The Internal disk is Thick lazy zeroed:

Internal:

# cat test1-vdm-disposab
le-e749d41a-6575-4fdd-828c-003047a21860.vmdk
# Disk DescriptorFile
version=1
encoding="UTF-8"
CID=f1fd4130
parentCID=ffffffff
isNativeSnapshot="no"
createType="vmfs"

# Extent description
RW 8388608 VMFS "test1-vdm-disposable-e749d41a-6575-4fdd-828c-003047a21860-flat.vmdk"

# The Disk Data Base
#DDB

....
ddb.thinProvisioned = "1"
....

For the Parent images on an All Flash Array, thick or thin provisioning shouldn’t matter performance or space wise.  The only difference I’ve noticed is the thick provisioned parent takes around 1-2 minutes longer to clone to the replica, but once the replica is up and running its the same configuration and performance from that point on.  In terms of space savings for thick vs thin, DeDupe, if working properly, will render this a moot point.

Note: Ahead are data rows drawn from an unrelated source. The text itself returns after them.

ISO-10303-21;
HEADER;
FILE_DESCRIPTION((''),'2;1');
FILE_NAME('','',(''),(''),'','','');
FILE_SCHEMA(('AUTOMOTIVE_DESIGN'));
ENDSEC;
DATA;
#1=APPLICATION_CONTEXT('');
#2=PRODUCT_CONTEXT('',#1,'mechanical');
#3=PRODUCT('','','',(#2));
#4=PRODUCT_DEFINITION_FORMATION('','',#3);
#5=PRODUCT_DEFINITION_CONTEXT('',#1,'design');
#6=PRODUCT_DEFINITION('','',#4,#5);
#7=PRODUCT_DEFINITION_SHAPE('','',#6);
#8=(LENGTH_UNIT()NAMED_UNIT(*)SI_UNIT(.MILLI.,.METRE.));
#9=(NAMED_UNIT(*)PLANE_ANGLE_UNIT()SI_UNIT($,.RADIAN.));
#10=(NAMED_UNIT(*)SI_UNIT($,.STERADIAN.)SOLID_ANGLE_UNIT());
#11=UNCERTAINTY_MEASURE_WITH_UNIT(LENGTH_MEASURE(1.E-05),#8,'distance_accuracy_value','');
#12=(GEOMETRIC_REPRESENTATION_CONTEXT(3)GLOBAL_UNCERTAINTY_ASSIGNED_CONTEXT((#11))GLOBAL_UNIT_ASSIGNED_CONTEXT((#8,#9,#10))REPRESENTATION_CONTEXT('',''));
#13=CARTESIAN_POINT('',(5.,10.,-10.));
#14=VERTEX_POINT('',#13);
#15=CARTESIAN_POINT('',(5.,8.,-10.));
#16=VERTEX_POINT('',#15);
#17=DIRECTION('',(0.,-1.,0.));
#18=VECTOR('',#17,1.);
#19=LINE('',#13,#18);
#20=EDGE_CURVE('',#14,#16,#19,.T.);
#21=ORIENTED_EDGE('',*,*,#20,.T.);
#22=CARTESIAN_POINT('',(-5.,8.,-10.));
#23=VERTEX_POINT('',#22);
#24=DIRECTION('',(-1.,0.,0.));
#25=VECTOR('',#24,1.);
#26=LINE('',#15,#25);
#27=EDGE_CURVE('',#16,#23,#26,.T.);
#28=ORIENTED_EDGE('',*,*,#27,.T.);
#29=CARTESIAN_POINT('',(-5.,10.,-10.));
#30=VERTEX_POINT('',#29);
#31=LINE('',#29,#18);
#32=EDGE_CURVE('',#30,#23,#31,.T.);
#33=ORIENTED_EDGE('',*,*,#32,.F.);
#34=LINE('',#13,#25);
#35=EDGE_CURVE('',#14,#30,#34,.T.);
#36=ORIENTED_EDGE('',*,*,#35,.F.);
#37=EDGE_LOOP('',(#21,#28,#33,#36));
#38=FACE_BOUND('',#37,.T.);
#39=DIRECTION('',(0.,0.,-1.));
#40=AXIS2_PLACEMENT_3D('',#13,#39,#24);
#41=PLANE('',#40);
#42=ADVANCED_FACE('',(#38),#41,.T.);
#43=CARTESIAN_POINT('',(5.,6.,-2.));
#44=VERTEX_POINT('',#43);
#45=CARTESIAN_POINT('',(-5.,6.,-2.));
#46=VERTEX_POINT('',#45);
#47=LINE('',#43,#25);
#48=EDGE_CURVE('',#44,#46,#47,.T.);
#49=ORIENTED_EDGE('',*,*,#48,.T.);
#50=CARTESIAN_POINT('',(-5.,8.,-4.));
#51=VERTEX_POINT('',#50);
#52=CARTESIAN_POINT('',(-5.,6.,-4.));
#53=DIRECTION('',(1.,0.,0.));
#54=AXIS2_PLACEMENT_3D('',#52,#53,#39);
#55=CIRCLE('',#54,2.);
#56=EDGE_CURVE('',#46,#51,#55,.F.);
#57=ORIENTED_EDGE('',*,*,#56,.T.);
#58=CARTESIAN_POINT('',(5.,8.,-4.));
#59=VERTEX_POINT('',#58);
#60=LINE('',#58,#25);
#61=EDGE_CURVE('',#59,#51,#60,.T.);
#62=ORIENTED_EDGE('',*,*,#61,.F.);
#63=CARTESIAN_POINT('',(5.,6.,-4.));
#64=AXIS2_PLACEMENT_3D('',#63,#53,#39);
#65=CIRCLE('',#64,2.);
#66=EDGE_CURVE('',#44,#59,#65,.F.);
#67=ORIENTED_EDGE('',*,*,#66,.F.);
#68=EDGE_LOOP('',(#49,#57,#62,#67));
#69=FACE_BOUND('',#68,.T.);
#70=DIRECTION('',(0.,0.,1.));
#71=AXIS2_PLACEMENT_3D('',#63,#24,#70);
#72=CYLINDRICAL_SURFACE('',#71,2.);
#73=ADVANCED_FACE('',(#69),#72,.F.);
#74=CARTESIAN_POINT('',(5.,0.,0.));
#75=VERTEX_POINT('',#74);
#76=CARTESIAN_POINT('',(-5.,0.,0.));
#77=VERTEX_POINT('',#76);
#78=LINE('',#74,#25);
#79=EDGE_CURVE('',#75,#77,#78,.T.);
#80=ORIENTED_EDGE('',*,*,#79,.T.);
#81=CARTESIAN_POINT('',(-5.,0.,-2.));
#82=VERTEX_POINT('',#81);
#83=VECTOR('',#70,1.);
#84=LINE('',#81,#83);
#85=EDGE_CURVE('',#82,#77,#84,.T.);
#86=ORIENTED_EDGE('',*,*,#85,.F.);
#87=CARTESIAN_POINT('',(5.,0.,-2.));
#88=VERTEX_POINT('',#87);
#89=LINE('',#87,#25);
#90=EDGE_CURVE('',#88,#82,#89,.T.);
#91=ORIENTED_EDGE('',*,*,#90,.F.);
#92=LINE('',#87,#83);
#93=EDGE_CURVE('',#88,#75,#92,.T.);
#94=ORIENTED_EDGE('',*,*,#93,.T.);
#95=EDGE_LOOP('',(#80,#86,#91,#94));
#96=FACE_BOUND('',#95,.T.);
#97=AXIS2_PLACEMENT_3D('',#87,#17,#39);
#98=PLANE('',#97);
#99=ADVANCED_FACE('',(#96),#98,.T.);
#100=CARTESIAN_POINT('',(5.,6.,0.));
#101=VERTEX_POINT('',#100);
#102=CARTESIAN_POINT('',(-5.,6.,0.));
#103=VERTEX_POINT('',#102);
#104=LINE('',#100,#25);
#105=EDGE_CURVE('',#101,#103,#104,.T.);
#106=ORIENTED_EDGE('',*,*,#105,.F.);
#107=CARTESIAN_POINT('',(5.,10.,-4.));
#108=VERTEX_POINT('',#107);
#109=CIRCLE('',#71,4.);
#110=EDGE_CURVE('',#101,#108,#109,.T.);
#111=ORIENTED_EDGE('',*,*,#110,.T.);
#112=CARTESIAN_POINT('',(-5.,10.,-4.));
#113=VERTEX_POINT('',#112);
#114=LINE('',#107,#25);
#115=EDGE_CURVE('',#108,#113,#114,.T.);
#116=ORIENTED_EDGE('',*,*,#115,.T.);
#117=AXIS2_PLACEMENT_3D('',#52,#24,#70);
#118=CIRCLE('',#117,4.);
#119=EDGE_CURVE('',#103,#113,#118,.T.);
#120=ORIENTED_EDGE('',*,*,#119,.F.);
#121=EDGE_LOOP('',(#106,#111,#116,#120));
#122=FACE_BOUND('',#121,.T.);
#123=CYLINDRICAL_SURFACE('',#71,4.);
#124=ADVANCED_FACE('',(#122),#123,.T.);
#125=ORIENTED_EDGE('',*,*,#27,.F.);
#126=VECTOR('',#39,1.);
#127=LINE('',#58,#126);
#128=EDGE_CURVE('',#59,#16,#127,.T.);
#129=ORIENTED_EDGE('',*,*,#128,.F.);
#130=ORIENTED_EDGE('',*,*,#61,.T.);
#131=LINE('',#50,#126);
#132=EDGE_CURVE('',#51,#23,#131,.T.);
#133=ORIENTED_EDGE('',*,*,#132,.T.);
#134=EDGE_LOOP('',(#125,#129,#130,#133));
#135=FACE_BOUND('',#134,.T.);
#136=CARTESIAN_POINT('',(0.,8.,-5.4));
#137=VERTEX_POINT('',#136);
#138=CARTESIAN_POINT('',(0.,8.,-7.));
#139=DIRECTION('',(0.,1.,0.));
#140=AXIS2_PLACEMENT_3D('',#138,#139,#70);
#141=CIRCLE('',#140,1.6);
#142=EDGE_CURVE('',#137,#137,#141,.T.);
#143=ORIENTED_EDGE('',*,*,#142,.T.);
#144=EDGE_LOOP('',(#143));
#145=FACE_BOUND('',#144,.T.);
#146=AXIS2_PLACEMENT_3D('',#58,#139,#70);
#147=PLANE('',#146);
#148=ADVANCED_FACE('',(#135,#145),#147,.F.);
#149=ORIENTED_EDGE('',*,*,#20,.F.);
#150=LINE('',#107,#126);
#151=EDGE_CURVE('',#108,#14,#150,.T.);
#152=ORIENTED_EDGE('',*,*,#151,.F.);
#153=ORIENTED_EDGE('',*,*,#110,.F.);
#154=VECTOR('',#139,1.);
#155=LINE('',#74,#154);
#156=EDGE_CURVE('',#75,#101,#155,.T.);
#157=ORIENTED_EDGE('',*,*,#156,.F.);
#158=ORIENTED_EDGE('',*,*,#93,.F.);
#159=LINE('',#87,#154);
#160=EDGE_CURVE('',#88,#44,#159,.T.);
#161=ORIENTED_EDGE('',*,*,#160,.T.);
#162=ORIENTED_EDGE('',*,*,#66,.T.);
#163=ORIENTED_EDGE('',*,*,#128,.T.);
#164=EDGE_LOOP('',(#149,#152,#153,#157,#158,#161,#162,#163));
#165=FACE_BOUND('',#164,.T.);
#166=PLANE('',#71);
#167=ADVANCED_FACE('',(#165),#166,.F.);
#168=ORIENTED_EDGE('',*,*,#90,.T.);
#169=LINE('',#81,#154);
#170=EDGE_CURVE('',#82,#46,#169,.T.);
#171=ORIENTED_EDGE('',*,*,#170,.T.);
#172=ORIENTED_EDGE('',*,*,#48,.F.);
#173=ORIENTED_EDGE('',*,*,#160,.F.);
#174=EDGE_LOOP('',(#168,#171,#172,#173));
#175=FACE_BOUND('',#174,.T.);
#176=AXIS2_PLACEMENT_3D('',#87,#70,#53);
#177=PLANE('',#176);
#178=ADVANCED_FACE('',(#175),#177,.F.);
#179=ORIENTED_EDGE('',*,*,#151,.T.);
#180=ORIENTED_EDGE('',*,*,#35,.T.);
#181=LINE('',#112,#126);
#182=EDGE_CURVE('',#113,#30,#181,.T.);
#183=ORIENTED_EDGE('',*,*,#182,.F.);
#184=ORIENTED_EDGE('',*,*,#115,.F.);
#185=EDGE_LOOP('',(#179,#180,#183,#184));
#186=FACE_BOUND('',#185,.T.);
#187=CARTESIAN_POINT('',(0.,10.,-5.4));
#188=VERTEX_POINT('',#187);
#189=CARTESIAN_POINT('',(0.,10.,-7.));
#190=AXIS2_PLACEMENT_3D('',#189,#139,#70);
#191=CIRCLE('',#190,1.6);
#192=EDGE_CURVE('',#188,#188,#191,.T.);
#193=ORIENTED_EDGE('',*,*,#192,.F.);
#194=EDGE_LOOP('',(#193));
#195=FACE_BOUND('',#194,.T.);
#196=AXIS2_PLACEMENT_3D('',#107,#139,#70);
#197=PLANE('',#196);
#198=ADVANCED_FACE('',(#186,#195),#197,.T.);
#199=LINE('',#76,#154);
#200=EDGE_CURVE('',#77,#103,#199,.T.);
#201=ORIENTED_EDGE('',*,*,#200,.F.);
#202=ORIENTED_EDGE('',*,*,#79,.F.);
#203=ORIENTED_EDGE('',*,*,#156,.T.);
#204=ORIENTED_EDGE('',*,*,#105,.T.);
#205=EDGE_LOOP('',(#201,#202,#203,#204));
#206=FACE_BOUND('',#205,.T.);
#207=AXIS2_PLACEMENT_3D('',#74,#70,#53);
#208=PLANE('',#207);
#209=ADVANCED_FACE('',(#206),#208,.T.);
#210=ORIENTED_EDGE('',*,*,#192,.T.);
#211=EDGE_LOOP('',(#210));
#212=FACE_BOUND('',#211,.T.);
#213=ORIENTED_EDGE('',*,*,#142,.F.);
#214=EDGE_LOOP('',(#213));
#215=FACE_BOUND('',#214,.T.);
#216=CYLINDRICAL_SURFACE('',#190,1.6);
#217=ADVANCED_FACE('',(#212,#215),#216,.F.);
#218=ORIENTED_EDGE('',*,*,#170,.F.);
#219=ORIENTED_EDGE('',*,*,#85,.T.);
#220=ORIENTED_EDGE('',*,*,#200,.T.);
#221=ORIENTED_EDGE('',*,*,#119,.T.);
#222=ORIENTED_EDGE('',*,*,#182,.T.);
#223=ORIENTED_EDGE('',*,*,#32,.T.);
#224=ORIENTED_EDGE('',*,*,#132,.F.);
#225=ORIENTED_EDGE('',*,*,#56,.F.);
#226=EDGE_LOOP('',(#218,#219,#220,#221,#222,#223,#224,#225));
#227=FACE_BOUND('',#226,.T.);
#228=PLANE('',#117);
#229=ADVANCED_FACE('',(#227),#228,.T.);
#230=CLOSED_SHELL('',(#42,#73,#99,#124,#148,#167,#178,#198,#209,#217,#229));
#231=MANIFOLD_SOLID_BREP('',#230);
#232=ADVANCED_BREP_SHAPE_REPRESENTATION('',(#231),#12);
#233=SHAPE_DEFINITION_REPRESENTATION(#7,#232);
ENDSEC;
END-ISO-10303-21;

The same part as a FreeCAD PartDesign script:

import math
import FreeCAD as App
import Part
import Sketcher

doc = App.newDocument("Part")
body = doc.addObject("PartDesign::Body", "Body")

# Sketch on YZ plane
sketch1 = doc.addObject("Sketcher::SketchObject", "Sketch")
body.addObject(sketch1)
sketch1.AttachmentSupport = (doc.YZ_Plane, [""])
sketch1.MapMode = "FlatFace"
sketch1.addGeometry(Part.LineSegment(App.Vector(6, 0, 0), App.Vector(0, 0, 0)), False)
sketch1.addGeometry(Part.LineSegment(App.Vector(0, 0, 0), App.Vector(0, -2, 0)), False)
sketch1.addGeometry(Part.LineSegment(App.Vector(0, -2, 0), App.Vector(6, -2, 0)), False)
sketch1.addGeometry(Part.ArcOfCircle(Part.Circle(App.Vector(6, -4, 0), App.Vector(0, 0, 1), 2), math.radians(0), math.radians(90)), False)
sketch1.addGeometry(Part.LineSegment(App.Vector(8, -4, 0), App.Vector(8, -10, 0)), False)
sketch1.addGeometry(Part.LineSegment(App.Vector(8, -10, 0), App.Vector(10, -10, 0)), False)
sketch1.addGeometry(Part.LineSegment(App.Vector(10, -10, 0), App.Vector(10, -4, 0)), False)
sketch1.addGeometry(Part.ArcOfCircle(Part.Circle(App.Vector(6, -4, 0), App.Vector(0, 0, 1), 4), math.radians(0), math.radians(90)), False)
sketch1.addConstraint(Sketcher.Constraint("Coincident", 0, 2, 1, 1))
sketch1.addConstraint(Sketcher.Constraint("Coincident", 1, 2, 2, 1))
sketch1.addConstraint(Sketcher.Constraint("Tangent", 2, 2, 3, 2))
sketch1.addConstraint(Sketcher.Constraint("Tangent", 3, 1, 4, 1))
sketch1.addConstraint(Sketcher.Constraint("Coincident", 4, 2, 5, 1))
sketch1.addConstraint(Sketcher.Constraint("Coincident", 5, 2, 6, 1))
sketch1.addConstraint(Sketcher.Constraint("Tangent", 6, 2, 7, 1))
sketch1.addConstraint(Sketcher.Constraint("Tangent", 7, 2, 0, 1))
sketch1.addConstraint(Sketcher.Constraint("Horizontal", 0))
sketch1.addConstraint(Sketcher.Constraint("Vertical", 1))
sketch1.addConstraint(Sketcher.Constraint("Horizontal", 2))
sketch1.addConstraint(Sketcher.Constraint("Vertical", 4))
sketch1.addConstraint(Sketcher.Constraint("Horizontal", 5))
sketch1.addConstraint(Sketcher.Constraint("Vertical", 6))
sketch1.addConstraint(Sketcher.Constraint("Coincident", 0, 2, -1, 1))
sketch1.addConstraint(Sketcher.Constraint("Coincident", 7, 3, 3, 3))
sketch1.addConstraint(Sketcher.Constraint("Equal", 2, 4))
sketch1.addConstraint(Sketcher.Constraint("Radius", 3, 2.0))
sketch1.addConstraint(Sketcher.Constraint("Radius", 7, 4.0))
sketch1.addConstraint(Sketcher.Constraint("DistanceX", 0, 2, 0, 1, 6.0))
pad1 = doc.addObject("PartDesign::Pad", "Pad")
body.addObject(pad1)
pad1.Profile = sketch1
pad1.Length = 10
pad1.Midplane = True

# Sketch on XZ plane
sketch2 = doc.addObject("Sketcher::SketchObject", "Sketch001")
body.addObject(sketch2)
sketch2.AttachmentSupport = (doc.XZ_Plane, [""])
sketch2.MapMode = "FlatFace"
sketch2.AttachmentOffset = App.Placement(App.Vector(0, 0, -10), App.Rotation())
sketch2.addGeometry(Part.Circle(App.Vector(0, -7, 0), App.Vector(0, 0, 1), 1.6), False)
sketch2.addConstraint(Sketcher.Constraint("PointOnObject", 0, 3, -2))
sketch2.addConstraint(Sketcher.Constraint("Diameter", 0, 3.2))
sketch2.addConstraint(Sketcher.Constraint("DistanceY", 0, 3, -1, 1, 7.0))
doc.recompute()
hole = doc.addObject("PartDesign::Hole", "Hole")
body.addObject(hole)
hole.Profile = sketch2
hole.ThreadType = "None"
hole.Diameter = 3.2
hole.DepthType = "ThroughAll"
hole.Reversed = True

doc.recompute()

Some people make the argument that thin provisioning adds additional meta data, non contiguous blocks etc… which affects performance, but as seen above, this only affects the parent image, not the replica or linked clones.

Thin provisioned parent images win for me. I like saving the extra minute or two, per pool, during recompose operations with the same performance.